Among the areas it is researching, AAPHP is examining practices of chronic pain management for affected healthcare professionals. It also has had discussions with the Department of Defense for returning military healthcare professionals whose addictions developed while the individuals were deployed in combat situations. Military adjudication of addictions, often considered as a disciplinary or even criminal matter, is radically different from civilian perception of addiction as disease management. AAPHP seeks to address the disparagement of these licensed professionals returning stateside to become reaccredited with healthcare boards, insurance payers, and credentialing entities.

AAPHP is in the process of surveying jurisdictional requirements for professional health programs, while at the same time seeking to contact each state's program to understand their expectations for treatment at various levels of care. The association is forming a professional standards committee and credentialing committee of esteemed academic, regulatory and treatment professionals who have demonstrated a commitment to best practices through years of service with state recovery programs.

Another major challenge involves the lack of beds within treatment centers to begin the recovery process for newly affected professionals. AAPHP has identified growth opportunities for treatment centers and professionals to become accredited in treating professionals with addictions. AAPHP has a strategic alliance with SyMedica, a CEU provider credentialed by the Florida Division of Medical Quality Assurance, which has a growing library of online and live training programs to assist treatment center staff and independent licensed professionals who treat impaired professionals. Treating professionals also have the opportunity for accreditation as diplomate or clinical members of AAPHP, offering professional health programs an added layer of provider accountability.

AAPHP is planning its inaugural Congress of state recovery program professionals, treatment center professionals and licensed recovery professionals for the first quarter of 2017.

Seeking collaborators

AAPHP is looking for collaboration with an academic program in a university setting (in a department of public health or medicine) to be a home for academic research and development of best practices. AAPHP also needs the expertise of seasoned providers in the area of treating recovering professionals.

Information on the various ways to make a difference with AAPHP on behalf of recovering professionals is available by calling (800) 375-1859, or e-mailing bob@professionalshealth.net. We would be delighted to explore ways to involve your state recovery program, hospital system or treatment center.

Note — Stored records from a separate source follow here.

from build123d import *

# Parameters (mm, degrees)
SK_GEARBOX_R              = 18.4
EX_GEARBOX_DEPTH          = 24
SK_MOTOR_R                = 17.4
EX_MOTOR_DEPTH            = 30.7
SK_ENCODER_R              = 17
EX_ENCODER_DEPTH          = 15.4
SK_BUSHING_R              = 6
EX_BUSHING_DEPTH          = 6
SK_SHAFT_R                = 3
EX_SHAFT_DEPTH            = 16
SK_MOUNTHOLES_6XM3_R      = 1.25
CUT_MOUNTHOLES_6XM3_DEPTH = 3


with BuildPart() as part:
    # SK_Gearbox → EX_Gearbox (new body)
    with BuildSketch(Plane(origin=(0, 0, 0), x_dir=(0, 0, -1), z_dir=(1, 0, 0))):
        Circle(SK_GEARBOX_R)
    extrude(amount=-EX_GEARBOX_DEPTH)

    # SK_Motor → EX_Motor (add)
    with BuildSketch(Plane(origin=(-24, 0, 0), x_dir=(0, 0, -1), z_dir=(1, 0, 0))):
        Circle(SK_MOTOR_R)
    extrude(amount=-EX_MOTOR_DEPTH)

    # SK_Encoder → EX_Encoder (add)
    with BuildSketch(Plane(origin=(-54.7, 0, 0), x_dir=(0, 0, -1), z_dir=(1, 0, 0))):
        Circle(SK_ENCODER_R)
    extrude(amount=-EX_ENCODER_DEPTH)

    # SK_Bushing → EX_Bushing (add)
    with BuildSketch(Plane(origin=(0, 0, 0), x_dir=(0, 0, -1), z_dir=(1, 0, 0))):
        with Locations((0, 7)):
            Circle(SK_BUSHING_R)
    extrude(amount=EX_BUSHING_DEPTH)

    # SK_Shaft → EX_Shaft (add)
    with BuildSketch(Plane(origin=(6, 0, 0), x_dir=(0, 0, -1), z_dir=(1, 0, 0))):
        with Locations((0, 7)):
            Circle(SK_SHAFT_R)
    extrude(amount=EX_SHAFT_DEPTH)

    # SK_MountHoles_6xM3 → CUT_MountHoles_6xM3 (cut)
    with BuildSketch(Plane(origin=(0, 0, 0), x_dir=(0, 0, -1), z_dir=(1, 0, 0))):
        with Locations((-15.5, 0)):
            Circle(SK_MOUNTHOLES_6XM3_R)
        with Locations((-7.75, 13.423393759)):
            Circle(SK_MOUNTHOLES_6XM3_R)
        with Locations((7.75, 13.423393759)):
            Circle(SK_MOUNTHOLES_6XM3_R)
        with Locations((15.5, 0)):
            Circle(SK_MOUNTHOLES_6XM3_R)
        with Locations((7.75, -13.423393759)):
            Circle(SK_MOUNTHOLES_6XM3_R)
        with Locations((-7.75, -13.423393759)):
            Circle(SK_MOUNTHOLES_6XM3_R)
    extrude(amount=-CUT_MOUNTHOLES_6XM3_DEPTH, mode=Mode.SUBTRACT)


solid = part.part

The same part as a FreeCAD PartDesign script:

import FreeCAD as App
import Part
import Sketcher

V = App.Vector
Q = App.Units.Quantity

doc = App.newDocument("Part")
params = doc.addObject("Spreadsheet::Sheet", "Params")
for row, (alias, value) in enumerate([
    ("sketch1_diameter", "36.8 mm"),
    ("pad1_length", "24 mm"),
    ("sketch2_diameter", "34.8 mm"),
    ("pad2_length", "30.7 mm"),
    ("sketch3_diameter", "34 mm"),
    ("pad3_length", "15.4 mm"),
    ("sketch4_diameter", "12 mm"),
    ("pad4_length", "6 mm"),
    ("sketch5_diameter", "6 mm"),
    ("pad5_length", "16 mm"),
    ("sketch6_diameter", "2.5 mm"),
    ("pocket1_length", "3 mm"),
], start=1):
    params.set(f"A{row}", alias)
    params.set(f"B{row}", "=" + value)
    params.setAlias(f"B{row}", alias)

body = doc.addObject("PartDesign::Body", "Body")

sketch1 = doc.addObject("Sketcher::SketchObject", "Sketch")
body.addObject(sketch1)
sketch1.AttachmentSupport = (doc.YZ_Plane, [""])
sketch1.MapMode = "FlatFace"
sketch1.addGeometry(Part.Circle(V(0, 0, 0), V(0, 0, 1), 18), False)
sketch1.addConstraint([
    Sketcher.Constraint("Coincident", 0, 3, -1, 1),
    Sketcher.Constraint("Diameter", 0, Q("36.8 mm")),
])
sketch1.setExpression("Constraints[1]", "Params.sketch1_diameter")
pad1 = doc.addObject("PartDesign::Pad", "Pad")
body.addObject(pad1)
pad1.Profile = sketch1
pad1.setExpression("Length", "Params.pad1_length")
pad1.Reversed = True

sketch2 = doc.addObject("Sketcher::SketchObject", "Sketch001")
body.addObject(sketch2)
sketch2.AttachmentSupport = (doc.YZ_Plane, [""])
sketch2.MapMode = "FlatFace"
sketch2.AttachmentOffset = App.Placement(V(0, 0, -24), App.Rotation())
sketch2.addGeometry(Part.Circle(V(0, 0, 0), V(0, 0, 1), 17), False)
sketch2.addConstraint([
    Sketcher.Constraint("Coincident", 0, 3, -1, 1),
    Sketcher.Constraint("Diameter", 0, Q("34.8 mm")),
])
sketch2.setExpression("Constraints[1]", "Params.sketch2_diameter")
pad2 = doc.addObject("PartDesign::Pad", "Pad001")
body.addObject(pad2)
pad2.Profile = sketch2
pad2.setExpression("Length", "Params.pad2_length")
pad2.Reversed = True

sketch3 = doc.addObject("Sketcher::SketchObject", "Sketch002")
body.addObject(sketch3)
sketch3.AttachmentSupport = (doc.YZ_Plane, [""])
sketch3.MapMode = "FlatFace"
sketch3.AttachmentOffset = App.Placement(V(0, 0, -54.7), App.Rotation())
sketch3.addGeometry(Part.Circle(V(0, 0, 0), V(0, 0, 1), 17), False)
sketch3.addConstraint([
    Sketcher.Constraint("Coincident", 0, 3, -1, 1),
    Sketcher.Constraint("Diameter", 0, Q("34 mm")),
])
sketch3.setExpression("Constraints[1]", "Params.sketch3_diameter")
pad3 = doc.addObject("PartDesign::Pad", "Pad002")
body.addObject(pad3)
pad3.Profile = sketch3
pad3.setExpression("Length", "Params.pad3_length")
pad3.Reversed = True

sketch4 = doc.addObject("Sketcher::SketchObject", "Sketch003")
body.addObject(sketch4)
sketch4.AttachmentSupport = (doc.YZ_Plane, [""])
sketch4.MapMode = "FlatFace"
sketch4.addGeometry(Part.Circle(V(7, 0, 0), V(0, 0, 1), 6), False)
sketch4.addConstraint([
    Sketcher.Constraint("PointOnObject", 0, 3, -1),
    Sketcher.Constraint("Diameter", 0, Q("12 mm")),
    Sketcher.Constraint("DistanceX", -1, 1, 0, 3, Q("7 mm")),
])
sketch4.setExpression("Constraints[1]", "Params.sketch4_diameter")
pad4 = doc.addObject("PartDesign::Pad", "Pad003")
body.addObject(pad4)
pad4.Profile = sketch4
pad4.setExpression("Length", "Params.pad4_length")

sketch5 = doc.addObject("Sketcher::SketchObject", "Sketch004")
body.addObject(sketch5)
sketch5.AttachmentSupport = (doc.YZ_Plane, [""])
sketch5.MapMode = "FlatFace"
sketch5.AttachmentOffset = App.Placement(V(0, 0, 6), App.Rotation())
sketch5.addGeometry(Part.Circle(V(7, 0, 0), V(0, 0, 1), 3), False)
sketch5.addConstraint([
    Sketcher.Constraint("PointOnObject", 0, 3, -1),
    Sketcher.Constraint("Diameter", 0, Q("6 mm")),
    Sketcher.Constraint("DistanceX", -1, 1, 0, 3, Q("7 mm")),
])
sketch5.setExpression("Constraints[1]", "Params.sketch5_diameter")
pad5 = doc.addObject("PartDesign::Pad", "Pad004")
body.addObject(pad5)
pad5.Profile = sketch5
pad5.setExpression("Length", "Params.pad5_length")

sketch6 = doc.addObject("Sketcher::SketchObject", "Sketch005")
body.addObject(sketch6)
sketch6.AttachmentSupport = (doc.YZ_Plane, [""])
sketch6.MapMode = "FlatFace"
sketch6.addGeometry([
    Part.Circle(V(0, 15.5, 0), V(0, 0, 1), 1.2),
    Part.Circle(V(13.4, 7.8, 0), V(0, 0, 1), 1.2),
    Part.Circle(V(13.4, -7.8, 0), V(0, 0, 1), 1.2),
    Part.Circle(V(0, -15.5, 0), V(0, 0, 1), 1.2),
    Part.Circle(V(-13.4, -7.8, 0), V(0, 0, 1), 1.2),
    Part.Circle(V(-13.4, 7.8, 0), V(0, 0, 1), 1.2),
], False)
sketch6.addConstraint([
    Sketcher.Constraint("Equal", 0, 1),
    Sketcher.Constraint("Equal", 1, 2),
    Sketcher.Constraint("Equal", 2, 3),
    Sketcher.Constraint("Equal", 3, 4),
    Sketcher.Constraint("Equal", 4, 5),
    Sketcher.Constraint("Symmetric", 0, 3, 3, 3, -1, 1),
    Sketcher.Constraint("Symmetric", 1, 3, 4, 3, -1, 1),
    Sketcher.Constraint("Symmetric", 2, 3, 5, 3, -1, 1),
    Sketcher.Constraint("Symmetric", 2, 3, 4, 3, -2),
    Sketcher.Constraint("PointOnObject", 0, 3, -2),
    Sketcher.Constraint("Diameter", 0, Q("2.5 mm")),
    Sketcher.Constraint("DistanceY", 3, 3, 0, 3, Q("31 mm")),
    Sketcher.Constraint("DistanceY", 2, 3, 1, 3, Q("15.5 mm")),
    Sketcher.Constraint("DistanceX", -1, 1, 1, 3, Q("13.423394 mm")),
])
sketch6.setExpression("Constraints[10]", "Params.sketch6_diameter")
pocket1 = doc.addObject("PartDesign::Pocket", "Pocket")
body.addObject(pocket1)
pocket1.Profile = sketch6
pocket1.setExpression("Length", "Params.pocket1_length")

doc.recompute()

Any profits of AAPHP are designated proportionally to the Caduceus Recovery Foundation or the Juris Recovery Foundation, both of which are not-for-profit foundations established to provide treatment assistance for deserving but financially impoverished impaired professionals.

 

Bob Coates, MDiv, LMFT, is Executive Director of the American Academy of Professionals Health Programs (AAPHP). He has been in clinical practice since 1978 and began his clinical work with impaired physicians in 1983. Laura Pulido, MSN, ARNP-BC, is a practicing Advanced Nurse Practitioner with more than 10 years of experience in developing regulatory-specific pain management options for licensed professionals. Dino Eliadis, MBA, provides AAPHP with day-to-day strategic growth planning and operational oversight. He is an Air Force veteran with 30 years of leadership experience.

 

Florida program earns the first accreditation

The American Academy of Professionals Health Programs (AAPHP) has announced its first Diplomate Accredited Treatment Program. The Advanced Recovery Systems program is under the direction of Orlando Recovery Center medical director Timothy Huckaby, MD, who also serves as president of the Florida Society of Addiction Medicine.

Advanced Recovery Systems' dedicated and structured Professionals Program serves both healthcare and legal professionals in need of treatment, at the organization's Orlando inpatient and outpatient facilities. The treatment organization's Ryan Chu has been certified by AAPHP as a Professionals Program Admissions Professional.